*What you have to do*
From the top of the records below, return each line exactly, ending with the line that contains "v -24.349 0.825 1.524".

--*--

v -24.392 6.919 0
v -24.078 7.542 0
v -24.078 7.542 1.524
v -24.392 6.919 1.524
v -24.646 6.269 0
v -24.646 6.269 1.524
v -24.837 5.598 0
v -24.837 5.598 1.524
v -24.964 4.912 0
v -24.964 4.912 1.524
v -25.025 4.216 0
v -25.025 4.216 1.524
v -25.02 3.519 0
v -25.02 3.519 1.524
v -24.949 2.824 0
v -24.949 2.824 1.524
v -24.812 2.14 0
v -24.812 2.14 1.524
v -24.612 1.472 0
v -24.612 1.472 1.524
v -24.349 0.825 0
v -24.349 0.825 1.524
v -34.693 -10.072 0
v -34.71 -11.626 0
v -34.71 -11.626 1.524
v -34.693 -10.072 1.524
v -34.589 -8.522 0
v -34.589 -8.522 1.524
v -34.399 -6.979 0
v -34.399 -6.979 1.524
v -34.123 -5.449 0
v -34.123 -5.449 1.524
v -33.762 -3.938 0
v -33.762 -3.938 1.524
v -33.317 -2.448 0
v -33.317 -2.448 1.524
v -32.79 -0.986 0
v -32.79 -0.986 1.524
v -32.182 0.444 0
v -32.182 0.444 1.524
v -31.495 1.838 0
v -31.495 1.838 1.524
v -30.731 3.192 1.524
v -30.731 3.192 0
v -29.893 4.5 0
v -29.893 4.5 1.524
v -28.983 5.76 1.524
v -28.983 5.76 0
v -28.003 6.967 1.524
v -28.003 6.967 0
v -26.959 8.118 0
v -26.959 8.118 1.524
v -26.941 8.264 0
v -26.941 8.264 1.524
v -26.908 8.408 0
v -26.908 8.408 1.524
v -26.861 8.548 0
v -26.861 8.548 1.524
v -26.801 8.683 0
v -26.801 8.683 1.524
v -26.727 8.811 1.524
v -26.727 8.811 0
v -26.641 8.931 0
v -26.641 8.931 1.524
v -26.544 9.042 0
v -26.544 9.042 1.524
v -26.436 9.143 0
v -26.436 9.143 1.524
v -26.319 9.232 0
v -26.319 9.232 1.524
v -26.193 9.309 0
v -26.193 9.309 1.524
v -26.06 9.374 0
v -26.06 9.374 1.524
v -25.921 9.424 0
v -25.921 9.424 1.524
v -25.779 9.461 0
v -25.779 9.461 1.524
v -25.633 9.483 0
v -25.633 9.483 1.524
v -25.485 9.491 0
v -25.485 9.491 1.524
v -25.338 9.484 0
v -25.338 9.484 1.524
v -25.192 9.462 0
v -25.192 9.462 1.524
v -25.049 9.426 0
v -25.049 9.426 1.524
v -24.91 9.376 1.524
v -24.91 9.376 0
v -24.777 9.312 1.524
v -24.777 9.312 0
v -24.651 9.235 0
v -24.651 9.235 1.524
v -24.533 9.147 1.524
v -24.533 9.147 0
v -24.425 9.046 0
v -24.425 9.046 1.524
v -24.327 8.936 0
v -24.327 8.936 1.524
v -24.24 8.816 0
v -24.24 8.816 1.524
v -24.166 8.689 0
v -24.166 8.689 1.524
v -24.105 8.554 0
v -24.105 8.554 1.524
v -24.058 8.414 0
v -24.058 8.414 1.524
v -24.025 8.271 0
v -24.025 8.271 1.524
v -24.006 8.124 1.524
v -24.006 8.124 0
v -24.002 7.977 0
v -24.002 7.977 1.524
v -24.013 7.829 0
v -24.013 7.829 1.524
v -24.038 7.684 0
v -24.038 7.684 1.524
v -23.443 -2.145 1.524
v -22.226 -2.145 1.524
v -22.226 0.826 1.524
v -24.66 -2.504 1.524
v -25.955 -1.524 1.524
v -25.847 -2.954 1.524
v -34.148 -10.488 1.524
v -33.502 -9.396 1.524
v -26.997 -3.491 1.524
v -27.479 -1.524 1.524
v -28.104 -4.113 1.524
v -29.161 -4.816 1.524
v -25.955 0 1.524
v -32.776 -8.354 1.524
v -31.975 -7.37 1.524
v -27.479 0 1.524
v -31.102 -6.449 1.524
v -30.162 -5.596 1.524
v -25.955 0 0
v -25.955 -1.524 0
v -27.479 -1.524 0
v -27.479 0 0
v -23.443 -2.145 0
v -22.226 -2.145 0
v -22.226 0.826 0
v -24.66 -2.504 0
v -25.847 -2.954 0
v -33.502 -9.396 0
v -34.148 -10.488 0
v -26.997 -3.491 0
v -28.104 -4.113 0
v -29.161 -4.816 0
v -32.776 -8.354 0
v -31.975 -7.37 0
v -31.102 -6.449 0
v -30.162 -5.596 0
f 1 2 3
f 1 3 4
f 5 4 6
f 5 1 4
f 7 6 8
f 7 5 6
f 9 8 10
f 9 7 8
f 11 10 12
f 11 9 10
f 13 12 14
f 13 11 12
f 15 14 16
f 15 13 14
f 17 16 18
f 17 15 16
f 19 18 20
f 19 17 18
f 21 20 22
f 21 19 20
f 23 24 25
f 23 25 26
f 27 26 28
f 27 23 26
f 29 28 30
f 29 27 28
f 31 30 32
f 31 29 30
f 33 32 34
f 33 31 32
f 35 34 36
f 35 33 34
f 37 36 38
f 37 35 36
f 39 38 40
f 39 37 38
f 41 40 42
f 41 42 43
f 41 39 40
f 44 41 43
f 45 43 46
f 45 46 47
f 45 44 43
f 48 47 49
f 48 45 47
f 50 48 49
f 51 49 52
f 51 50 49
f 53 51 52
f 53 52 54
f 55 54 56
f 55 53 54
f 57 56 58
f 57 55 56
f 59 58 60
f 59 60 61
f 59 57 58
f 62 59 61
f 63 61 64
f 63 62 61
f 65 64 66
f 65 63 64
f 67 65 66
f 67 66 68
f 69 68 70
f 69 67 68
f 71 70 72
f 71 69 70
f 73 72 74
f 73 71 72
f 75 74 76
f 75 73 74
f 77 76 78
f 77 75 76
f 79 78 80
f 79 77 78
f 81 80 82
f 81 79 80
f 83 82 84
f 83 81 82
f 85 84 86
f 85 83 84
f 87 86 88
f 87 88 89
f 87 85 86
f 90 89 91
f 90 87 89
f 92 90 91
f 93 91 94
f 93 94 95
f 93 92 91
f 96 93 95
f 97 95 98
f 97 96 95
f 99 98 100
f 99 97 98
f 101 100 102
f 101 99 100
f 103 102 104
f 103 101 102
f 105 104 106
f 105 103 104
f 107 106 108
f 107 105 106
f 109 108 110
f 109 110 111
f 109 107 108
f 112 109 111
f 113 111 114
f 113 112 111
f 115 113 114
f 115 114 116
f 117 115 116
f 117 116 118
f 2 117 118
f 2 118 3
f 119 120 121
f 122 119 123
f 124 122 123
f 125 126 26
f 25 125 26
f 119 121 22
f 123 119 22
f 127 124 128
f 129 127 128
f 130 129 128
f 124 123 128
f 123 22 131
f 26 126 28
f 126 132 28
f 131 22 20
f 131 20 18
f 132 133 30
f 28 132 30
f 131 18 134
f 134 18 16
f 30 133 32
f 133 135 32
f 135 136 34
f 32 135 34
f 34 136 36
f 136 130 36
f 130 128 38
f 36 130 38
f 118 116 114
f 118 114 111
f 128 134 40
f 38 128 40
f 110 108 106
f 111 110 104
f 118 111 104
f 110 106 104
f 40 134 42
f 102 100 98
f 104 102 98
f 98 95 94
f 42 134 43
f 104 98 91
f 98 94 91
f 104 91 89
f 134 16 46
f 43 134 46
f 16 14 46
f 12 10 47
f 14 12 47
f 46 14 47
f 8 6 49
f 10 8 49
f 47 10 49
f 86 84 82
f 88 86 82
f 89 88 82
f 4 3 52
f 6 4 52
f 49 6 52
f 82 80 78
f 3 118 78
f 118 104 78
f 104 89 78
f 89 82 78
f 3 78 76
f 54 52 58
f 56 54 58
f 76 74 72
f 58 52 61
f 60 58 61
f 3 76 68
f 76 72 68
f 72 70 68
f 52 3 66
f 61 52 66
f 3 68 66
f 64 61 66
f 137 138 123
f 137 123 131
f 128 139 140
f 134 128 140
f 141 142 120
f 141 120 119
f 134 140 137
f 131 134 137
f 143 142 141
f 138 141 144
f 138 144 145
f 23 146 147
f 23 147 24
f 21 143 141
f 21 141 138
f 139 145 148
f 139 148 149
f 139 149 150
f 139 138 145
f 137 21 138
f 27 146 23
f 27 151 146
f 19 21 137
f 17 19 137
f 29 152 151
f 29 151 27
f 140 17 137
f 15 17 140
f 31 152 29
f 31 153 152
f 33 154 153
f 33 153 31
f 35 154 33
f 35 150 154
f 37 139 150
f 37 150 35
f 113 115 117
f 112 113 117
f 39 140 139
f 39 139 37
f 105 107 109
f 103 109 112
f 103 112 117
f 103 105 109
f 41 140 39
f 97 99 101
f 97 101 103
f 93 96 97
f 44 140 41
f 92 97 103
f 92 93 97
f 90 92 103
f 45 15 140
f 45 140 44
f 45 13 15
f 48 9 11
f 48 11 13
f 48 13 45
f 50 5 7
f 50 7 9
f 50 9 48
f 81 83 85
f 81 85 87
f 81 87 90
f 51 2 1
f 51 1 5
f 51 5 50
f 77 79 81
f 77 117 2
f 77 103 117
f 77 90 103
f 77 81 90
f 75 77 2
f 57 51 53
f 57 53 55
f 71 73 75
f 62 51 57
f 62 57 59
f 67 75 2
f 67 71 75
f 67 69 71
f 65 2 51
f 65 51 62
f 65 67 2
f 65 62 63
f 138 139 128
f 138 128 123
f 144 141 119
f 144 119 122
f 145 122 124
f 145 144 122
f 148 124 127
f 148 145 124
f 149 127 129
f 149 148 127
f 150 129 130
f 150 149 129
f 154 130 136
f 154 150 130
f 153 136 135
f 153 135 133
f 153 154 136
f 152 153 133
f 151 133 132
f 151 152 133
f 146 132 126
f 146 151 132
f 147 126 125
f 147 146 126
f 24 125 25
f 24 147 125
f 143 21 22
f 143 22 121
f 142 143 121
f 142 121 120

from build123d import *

# Parameters (mm, degrees)
SKETCH1_W           = 1.524
SKETCH1_H           = 1.524
BOSS_EXTRUDE1_DEPTH = 1.524


with BuildPart() as part:
    # Sketch1 → Boss-Extrude1 (new body)
    with BuildSketch(Plane.XY):
        with BuildLine():
            Line((-22.225726205, -1.524), (-22.225726205, -2.14505284))
            Line((-22.225726205, -2.14505284), (-23.442995373, -2.14505284))
            ThreePointArc((-23.442995373, -2.14505284), (-30.161746406, -5.595987037), (-34.709680239, -11.626481223))
            ThreePointArc((-34.709680239, -11.626481223), (-32.790024922, -0.986396807), (-26.958529189, 8.1180049))
            ThreePointArc((-26.958529189, 8.1180049), (-25.191828644, 9.462219786), (-24.078033866, 7.541905835))
            ThreePointArc((-24.078033866, 7.541905835), (-25.02470469, 4.216402452), (-24.348732091, 0.8255))
            Line((-24.348732091, 0.8255), (-22.225726205, 0.8255))
            Line((-22.225726205, 0.8255), (-22.225726205, -1.524))
        make_face()
        with Locations((-26.716818925, -0.762)):
            Rectangle(SKETCH1_W, SKETCH1_H, mode=Mode.SUBTRACT)
    extrude(amount=BOSS_EXTRUDE1_DEPTH)


solid = part.part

--*--

*Problem solution*
v -24.392 6.919 0
v -24.078 7.542 0
v -24.078 7.542 1.524
v -24.392 6.919 1.524
v -24.646 6.269 0
v -24.646 6.269 1.524
v -24.837 5.598 0
v -24.837 5.598 1.524
v -24.964 4.912 0
v -24.964 4.912 1.524
v -25.025 4.216 0
v -25.025 4.216 1.524
v -25.02 3.519 0
v -25.02 3.519 1.524
v -24.949 2.824 0
v -24.949 2.824 1.524
v -24.812 2.14 0
v -24.812 2.14 1.524
v -24.612 1.472 0
v -24.612 1.472 1.524
v -24.349 0.825 0
v -24.349 0.825 1.524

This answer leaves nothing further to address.